(Beginning of Task inputs)

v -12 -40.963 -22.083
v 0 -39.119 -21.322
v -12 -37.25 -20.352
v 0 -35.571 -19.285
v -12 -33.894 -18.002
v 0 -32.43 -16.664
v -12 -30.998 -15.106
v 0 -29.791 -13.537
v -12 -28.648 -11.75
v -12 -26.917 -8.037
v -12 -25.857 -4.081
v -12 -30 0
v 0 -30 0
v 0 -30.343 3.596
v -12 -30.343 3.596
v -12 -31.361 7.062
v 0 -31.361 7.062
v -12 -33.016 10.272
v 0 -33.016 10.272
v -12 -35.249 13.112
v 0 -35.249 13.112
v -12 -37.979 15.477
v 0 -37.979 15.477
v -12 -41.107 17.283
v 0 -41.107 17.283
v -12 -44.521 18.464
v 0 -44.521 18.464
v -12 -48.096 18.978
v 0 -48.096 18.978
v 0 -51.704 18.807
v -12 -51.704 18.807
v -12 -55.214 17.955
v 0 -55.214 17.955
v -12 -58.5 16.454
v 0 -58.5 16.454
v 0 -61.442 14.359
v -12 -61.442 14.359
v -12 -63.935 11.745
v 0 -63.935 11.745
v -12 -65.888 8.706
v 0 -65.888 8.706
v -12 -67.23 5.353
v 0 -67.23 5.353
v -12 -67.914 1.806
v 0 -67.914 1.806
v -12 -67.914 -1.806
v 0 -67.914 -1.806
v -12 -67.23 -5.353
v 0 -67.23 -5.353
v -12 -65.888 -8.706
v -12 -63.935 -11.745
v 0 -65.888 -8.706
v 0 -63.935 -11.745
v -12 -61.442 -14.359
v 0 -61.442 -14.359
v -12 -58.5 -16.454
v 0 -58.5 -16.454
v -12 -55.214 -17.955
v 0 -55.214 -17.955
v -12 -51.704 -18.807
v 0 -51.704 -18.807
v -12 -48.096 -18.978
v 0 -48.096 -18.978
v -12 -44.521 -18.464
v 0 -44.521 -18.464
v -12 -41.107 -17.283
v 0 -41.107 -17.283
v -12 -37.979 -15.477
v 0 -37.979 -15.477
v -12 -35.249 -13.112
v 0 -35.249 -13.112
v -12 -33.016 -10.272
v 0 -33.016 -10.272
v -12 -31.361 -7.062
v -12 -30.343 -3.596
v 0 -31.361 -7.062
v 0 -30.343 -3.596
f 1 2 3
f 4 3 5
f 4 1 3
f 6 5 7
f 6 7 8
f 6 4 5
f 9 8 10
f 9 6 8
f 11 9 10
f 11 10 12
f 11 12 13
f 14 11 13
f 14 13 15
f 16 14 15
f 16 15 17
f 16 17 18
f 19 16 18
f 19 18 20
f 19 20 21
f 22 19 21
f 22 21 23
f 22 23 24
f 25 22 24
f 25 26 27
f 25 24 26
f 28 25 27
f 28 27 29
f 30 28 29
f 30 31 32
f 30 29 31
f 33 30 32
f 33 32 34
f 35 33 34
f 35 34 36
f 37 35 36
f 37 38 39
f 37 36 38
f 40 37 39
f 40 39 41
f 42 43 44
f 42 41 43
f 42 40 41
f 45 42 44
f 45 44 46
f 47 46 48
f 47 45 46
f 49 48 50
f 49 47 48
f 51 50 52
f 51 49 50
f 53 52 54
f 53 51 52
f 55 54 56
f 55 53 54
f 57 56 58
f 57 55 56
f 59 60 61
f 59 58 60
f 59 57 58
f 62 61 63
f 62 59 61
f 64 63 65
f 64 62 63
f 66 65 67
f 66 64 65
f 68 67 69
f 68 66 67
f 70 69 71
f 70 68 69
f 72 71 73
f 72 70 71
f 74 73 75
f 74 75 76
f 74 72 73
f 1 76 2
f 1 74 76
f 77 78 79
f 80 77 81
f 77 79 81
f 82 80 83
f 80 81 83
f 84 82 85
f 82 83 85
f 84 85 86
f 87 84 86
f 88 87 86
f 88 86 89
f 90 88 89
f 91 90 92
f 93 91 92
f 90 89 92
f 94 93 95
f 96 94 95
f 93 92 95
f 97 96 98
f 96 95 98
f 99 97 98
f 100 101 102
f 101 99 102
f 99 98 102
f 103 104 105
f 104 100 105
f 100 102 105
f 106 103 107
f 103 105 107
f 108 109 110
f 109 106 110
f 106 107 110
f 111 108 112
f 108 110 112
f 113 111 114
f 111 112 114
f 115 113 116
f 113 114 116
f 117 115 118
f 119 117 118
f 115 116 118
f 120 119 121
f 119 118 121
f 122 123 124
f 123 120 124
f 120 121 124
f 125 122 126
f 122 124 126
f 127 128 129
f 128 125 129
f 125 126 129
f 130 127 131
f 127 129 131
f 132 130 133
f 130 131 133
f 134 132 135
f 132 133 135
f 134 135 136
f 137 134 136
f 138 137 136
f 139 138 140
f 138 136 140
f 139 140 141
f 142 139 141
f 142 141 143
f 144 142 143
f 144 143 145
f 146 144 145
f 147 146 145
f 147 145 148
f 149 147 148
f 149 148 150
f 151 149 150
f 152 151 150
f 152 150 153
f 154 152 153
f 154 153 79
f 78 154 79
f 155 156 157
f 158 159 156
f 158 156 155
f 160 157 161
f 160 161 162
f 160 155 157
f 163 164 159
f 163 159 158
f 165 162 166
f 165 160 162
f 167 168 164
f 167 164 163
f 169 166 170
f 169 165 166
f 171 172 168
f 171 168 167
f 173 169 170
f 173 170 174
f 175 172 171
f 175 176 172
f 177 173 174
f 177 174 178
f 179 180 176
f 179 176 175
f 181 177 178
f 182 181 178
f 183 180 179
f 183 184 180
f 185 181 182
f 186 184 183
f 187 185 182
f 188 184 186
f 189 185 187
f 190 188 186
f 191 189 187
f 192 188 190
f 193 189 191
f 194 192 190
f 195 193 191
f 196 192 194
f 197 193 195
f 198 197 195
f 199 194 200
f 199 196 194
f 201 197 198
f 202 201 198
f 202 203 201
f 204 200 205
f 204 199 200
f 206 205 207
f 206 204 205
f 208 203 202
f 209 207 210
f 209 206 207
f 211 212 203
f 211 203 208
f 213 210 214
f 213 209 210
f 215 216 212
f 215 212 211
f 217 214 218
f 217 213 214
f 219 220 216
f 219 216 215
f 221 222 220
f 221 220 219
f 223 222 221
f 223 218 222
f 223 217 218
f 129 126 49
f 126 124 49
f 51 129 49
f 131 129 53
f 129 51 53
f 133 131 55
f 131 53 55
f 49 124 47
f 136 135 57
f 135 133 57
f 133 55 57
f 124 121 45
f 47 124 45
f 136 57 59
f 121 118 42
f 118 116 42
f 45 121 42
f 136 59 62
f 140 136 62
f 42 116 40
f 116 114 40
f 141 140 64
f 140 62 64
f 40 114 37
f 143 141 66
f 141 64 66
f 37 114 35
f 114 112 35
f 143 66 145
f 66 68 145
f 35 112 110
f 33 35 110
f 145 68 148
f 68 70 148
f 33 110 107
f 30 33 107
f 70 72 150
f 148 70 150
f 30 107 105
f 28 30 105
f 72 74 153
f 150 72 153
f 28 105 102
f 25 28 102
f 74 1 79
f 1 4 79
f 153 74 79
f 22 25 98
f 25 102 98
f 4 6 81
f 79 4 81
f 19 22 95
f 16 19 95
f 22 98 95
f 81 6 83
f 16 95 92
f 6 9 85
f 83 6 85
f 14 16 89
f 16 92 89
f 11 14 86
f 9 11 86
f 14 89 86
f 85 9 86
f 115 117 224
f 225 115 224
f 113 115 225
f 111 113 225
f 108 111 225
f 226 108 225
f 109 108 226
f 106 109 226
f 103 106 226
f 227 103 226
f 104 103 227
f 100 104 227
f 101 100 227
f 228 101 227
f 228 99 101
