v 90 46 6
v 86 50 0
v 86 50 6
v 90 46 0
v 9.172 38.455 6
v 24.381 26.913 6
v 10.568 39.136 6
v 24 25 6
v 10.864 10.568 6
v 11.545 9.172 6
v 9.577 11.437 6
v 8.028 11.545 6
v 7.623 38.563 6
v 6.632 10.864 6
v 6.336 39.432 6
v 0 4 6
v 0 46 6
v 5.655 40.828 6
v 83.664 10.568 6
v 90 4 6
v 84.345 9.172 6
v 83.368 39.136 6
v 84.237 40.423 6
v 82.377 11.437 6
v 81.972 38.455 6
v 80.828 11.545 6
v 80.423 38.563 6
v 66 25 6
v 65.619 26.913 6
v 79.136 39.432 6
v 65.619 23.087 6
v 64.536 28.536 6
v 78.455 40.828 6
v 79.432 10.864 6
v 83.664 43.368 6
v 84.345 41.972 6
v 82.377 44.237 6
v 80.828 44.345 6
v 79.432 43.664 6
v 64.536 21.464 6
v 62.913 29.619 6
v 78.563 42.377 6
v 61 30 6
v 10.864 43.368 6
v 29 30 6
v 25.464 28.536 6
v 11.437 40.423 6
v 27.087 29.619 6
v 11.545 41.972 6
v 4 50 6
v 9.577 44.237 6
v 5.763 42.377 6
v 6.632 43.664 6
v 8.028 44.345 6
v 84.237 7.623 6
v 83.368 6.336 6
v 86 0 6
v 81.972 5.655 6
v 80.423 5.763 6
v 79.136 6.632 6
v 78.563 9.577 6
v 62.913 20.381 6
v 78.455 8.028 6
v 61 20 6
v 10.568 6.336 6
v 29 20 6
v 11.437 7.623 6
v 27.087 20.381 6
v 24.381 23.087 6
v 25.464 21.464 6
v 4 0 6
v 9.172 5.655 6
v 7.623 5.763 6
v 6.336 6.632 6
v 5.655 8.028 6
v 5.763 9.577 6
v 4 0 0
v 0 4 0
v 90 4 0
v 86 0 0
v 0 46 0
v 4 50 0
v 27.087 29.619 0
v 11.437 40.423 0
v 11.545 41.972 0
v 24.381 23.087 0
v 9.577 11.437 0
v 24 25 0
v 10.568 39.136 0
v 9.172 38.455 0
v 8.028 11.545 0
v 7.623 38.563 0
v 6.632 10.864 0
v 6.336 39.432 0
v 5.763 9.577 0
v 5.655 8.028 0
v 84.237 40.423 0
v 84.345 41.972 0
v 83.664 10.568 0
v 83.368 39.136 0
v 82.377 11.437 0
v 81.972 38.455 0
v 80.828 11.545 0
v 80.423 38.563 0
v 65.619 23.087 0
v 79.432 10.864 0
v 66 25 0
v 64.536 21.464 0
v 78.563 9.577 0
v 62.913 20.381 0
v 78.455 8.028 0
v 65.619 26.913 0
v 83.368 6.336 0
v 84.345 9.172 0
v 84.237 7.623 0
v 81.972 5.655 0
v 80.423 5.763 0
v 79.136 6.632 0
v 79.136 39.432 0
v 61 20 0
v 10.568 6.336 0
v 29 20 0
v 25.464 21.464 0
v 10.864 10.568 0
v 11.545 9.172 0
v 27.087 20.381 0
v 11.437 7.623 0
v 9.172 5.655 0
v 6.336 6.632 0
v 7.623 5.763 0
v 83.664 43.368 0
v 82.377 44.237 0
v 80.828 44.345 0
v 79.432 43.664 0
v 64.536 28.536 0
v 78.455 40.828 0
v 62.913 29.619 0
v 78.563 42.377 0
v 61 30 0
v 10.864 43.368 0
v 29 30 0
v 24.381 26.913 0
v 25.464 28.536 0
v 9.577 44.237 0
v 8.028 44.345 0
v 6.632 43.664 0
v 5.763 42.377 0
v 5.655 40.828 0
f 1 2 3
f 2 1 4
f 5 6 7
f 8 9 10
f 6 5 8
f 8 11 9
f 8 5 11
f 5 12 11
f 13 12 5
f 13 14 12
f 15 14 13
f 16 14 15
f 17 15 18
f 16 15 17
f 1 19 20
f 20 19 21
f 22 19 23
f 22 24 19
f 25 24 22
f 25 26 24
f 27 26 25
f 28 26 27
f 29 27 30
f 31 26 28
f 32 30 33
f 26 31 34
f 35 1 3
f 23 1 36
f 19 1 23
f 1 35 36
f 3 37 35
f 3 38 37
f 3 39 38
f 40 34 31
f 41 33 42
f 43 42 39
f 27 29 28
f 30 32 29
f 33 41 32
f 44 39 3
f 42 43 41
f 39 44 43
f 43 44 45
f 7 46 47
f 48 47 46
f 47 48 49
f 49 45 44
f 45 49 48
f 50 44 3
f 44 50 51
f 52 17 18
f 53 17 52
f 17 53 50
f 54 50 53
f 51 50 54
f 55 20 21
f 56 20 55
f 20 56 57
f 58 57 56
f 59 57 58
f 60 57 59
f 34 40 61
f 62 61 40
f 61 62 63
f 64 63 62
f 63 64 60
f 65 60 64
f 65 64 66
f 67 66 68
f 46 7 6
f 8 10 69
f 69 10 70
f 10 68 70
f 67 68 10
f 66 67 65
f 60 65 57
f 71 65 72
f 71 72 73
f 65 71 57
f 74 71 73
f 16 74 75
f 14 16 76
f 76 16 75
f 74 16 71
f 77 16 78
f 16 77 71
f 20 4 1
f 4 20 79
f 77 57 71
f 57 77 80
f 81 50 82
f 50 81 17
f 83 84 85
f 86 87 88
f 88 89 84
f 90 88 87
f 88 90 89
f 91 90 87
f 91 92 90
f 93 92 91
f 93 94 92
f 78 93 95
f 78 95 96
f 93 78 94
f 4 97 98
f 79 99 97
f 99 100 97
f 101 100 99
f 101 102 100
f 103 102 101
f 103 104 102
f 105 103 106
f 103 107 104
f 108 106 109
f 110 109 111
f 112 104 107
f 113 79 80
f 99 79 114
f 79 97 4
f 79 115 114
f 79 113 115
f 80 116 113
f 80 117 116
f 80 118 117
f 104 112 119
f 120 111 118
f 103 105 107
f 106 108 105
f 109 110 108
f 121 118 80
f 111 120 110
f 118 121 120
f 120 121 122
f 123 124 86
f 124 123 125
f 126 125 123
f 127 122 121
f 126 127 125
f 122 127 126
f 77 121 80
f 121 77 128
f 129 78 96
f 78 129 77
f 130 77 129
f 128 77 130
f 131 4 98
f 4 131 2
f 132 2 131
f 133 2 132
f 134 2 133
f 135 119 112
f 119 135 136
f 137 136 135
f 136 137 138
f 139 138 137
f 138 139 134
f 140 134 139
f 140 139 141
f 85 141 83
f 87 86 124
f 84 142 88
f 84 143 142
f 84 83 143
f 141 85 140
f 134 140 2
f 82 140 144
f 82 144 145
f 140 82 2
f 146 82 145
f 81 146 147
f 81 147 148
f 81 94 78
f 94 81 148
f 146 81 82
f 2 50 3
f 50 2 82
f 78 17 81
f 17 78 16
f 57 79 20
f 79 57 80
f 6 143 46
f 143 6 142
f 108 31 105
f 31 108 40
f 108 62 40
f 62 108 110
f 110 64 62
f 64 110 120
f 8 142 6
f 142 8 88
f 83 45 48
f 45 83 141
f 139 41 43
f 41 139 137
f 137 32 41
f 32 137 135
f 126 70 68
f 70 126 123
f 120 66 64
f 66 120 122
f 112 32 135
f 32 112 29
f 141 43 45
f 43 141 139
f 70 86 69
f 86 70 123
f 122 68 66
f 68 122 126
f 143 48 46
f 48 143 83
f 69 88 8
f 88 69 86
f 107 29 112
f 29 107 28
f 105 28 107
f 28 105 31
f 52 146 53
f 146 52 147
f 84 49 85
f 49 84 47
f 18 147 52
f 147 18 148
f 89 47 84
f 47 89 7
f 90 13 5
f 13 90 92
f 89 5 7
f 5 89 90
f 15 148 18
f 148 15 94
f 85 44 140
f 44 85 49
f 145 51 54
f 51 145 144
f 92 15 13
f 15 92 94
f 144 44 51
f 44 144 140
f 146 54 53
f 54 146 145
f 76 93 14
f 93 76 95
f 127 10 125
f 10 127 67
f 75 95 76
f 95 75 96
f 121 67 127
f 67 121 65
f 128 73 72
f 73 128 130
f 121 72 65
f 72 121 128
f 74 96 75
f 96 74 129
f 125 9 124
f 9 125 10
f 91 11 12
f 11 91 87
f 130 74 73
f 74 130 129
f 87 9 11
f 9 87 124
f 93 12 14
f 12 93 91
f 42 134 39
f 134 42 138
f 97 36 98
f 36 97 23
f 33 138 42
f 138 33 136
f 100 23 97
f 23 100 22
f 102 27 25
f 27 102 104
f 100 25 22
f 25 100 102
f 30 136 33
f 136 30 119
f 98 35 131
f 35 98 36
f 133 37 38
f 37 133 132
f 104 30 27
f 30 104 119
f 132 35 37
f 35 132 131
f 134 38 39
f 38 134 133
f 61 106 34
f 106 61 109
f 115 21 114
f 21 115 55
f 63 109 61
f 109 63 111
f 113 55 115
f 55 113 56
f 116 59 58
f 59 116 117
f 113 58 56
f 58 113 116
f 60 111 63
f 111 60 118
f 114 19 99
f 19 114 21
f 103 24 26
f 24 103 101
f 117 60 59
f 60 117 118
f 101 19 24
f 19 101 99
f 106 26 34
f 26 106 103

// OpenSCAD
$fn = 32;

// ----------------------------------------------------------------------
// Bracket plate: slot plate 90 x 50
// ----------------------------------------------------------------------

// --- parameters (mm) ---
hole_r = 3;               // bolt hole radius
plate_t = 6;              // plate thickness, Z (extrusion height)
plate_l = 90;             // plate length
plate_w = 50;             // plate width
slot_l = 32;              // slot straight length
slot_r = 5;               // slot end radius

slot_len = slot_l + 2 * slot_r;
slot_w = 2 * slot_r;
hole_d2 = 2 * hole_r;

profile = [[4, 0], [86, 0], [90, 4], [90, 46], [86, 50], [4, 50], [0, 46], [0, 4]];  // primary outline, 8 points, counter clockwise
void_1 = [[61, 20], [62.913, 20.381], [64.536, 21.464], [65.619, 23.087], [66, 25], [65.619, 26.913], [64.536, 28.536], [62.913, 29.619], [61, 30], [29, 30], [27.087, 29.619], [25.464, 28.536], [24.381, 26.913], [24, 25], [24.381, 23.087], [25.464, 21.464], [27.087, 20.381], [29, 20]];  // grip slot, 18 points
void_2 = [[11.545, 41.972], [10.864, 43.368], [9.577, 44.237], [8.028, 44.345], [6.632, 43.664], [5.763, 42.377], [5.655, 40.828], [6.336, 39.432], [7.623, 38.563], [9.172, 38.455], [10.568, 39.136], [11.437, 40.423]];  // corner hole, 12 points
void_3 = [[11.545, 9.172], [10.864, 10.568], [9.577, 11.437], [8.028, 11.545], [6.632, 10.864], [5.763, 9.577], [5.655, 8.028], [6.336, 6.632], [7.623, 5.763], [9.172, 5.655], [10.568, 6.336], [11.437, 7.623]];  // corner hole, 12 points
void_4 = [[84.345, 41.972], [83.664, 43.368], [82.377, 44.237], [80.828, 44.345], [79.432, 43.664], [78.563, 42.377], [78.455, 40.828], [79.136, 39.432], [80.423, 38.563], [81.972, 38.455], [83.368, 39.136], [84.237, 40.423]];  // corner hole, 12 points
void_5 = [[84.345, 9.172], [83.664, 10.568], [82.377, 11.437], [80.828, 11.545], [79.432, 10.864], [78.563, 9.577], [78.455, 8.028], [79.136, 6.632], [80.423, 5.763], [81.972, 5.655], [83.368, 6.336], [84.237, 7.623]];  // corner hole, 12 points

// --- the one profile operation ---
difference() {
  linear_extrude(height = plate_t) polygon(points = profile);
  translate([0, 0, -1])
    linear_extrude(height = plate_t + 2) polygon(points = void_1);
  translate([0, 0, -1])
    linear_extrude(height = plate_t + 2) polygon(points = void_2);
  translate([0, 0, -1])
    linear_extrude(height = plate_t + 2) polygon(points = void_3);
  translate([0, 0, -1])
    linear_extrude(height = plate_t + 2) polygon(points = void_4);
  translate([0, 0, -1])
    linear_extrude(height = plate_t + 2) polygon(points = void_5);
}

(End of Task inputs)

## [Assignment]
Look through the material above and print exactly the lines from the one containing "f 127 129 131" to the one containing "f 209 206 207", both included, and nothing more.

## [Output]
f 127 129 131
f 132 130 133
f 130 131 133
f 134 132 135
f 132 133 135
f 134 135 136
f 137 134 136
f 138 137 136
f 139 138 140
f 138 136 140
f 139 140 141
f 142 139 141
f 142 141 143
f 144 142 143
f 144 143 145
f 146 144 145
f 147 146 145
f 147 145 148
f 149 147 148
f 149 148 150
f 151 149 150
f 152 151 150
f 152 150 153
f 154 152 153
f 154 153 79
f 78 154 79
f 155 156 157
f 158 159 156
f 158 156 155
f 160 157 161
f 160 161 162
f 160 155 157
f 163 164 159
f 163 159 158
f 165 162 166
f 165 160 162
f 167 168 164
f 167 164 163
f 169 166 170
f 169 165 166
f 171 172 168
f 171 168 167
f 173 169 170
f 173 170 174
f 175 172 171
f 175 176 172
f 177 173 174
f 177 174 178
f 179 180 176
f 179 176 175
f 181 177 178
f 182 181 178
f 183 180 179
f 183 184 180
f 185 181 182
f 186 184 183
f 187 185 182
f 188 184 186
f 189 185 187
f 190 188 186
f 191 189 187
f 192 188 190
f 193 189 191
f 194 192 190
f 195 193 191
f 196 192 194
f 197 193 195
f 198 197 195
f 199 194 200
f 199 196 194
f 201 197 198
f 202 201 198
f 202 203 201
f 204 200 205
f 204 199 200
f 206 205 207
f 206 204 205
f 208 203 202
f 209 207 210
f 209 206 207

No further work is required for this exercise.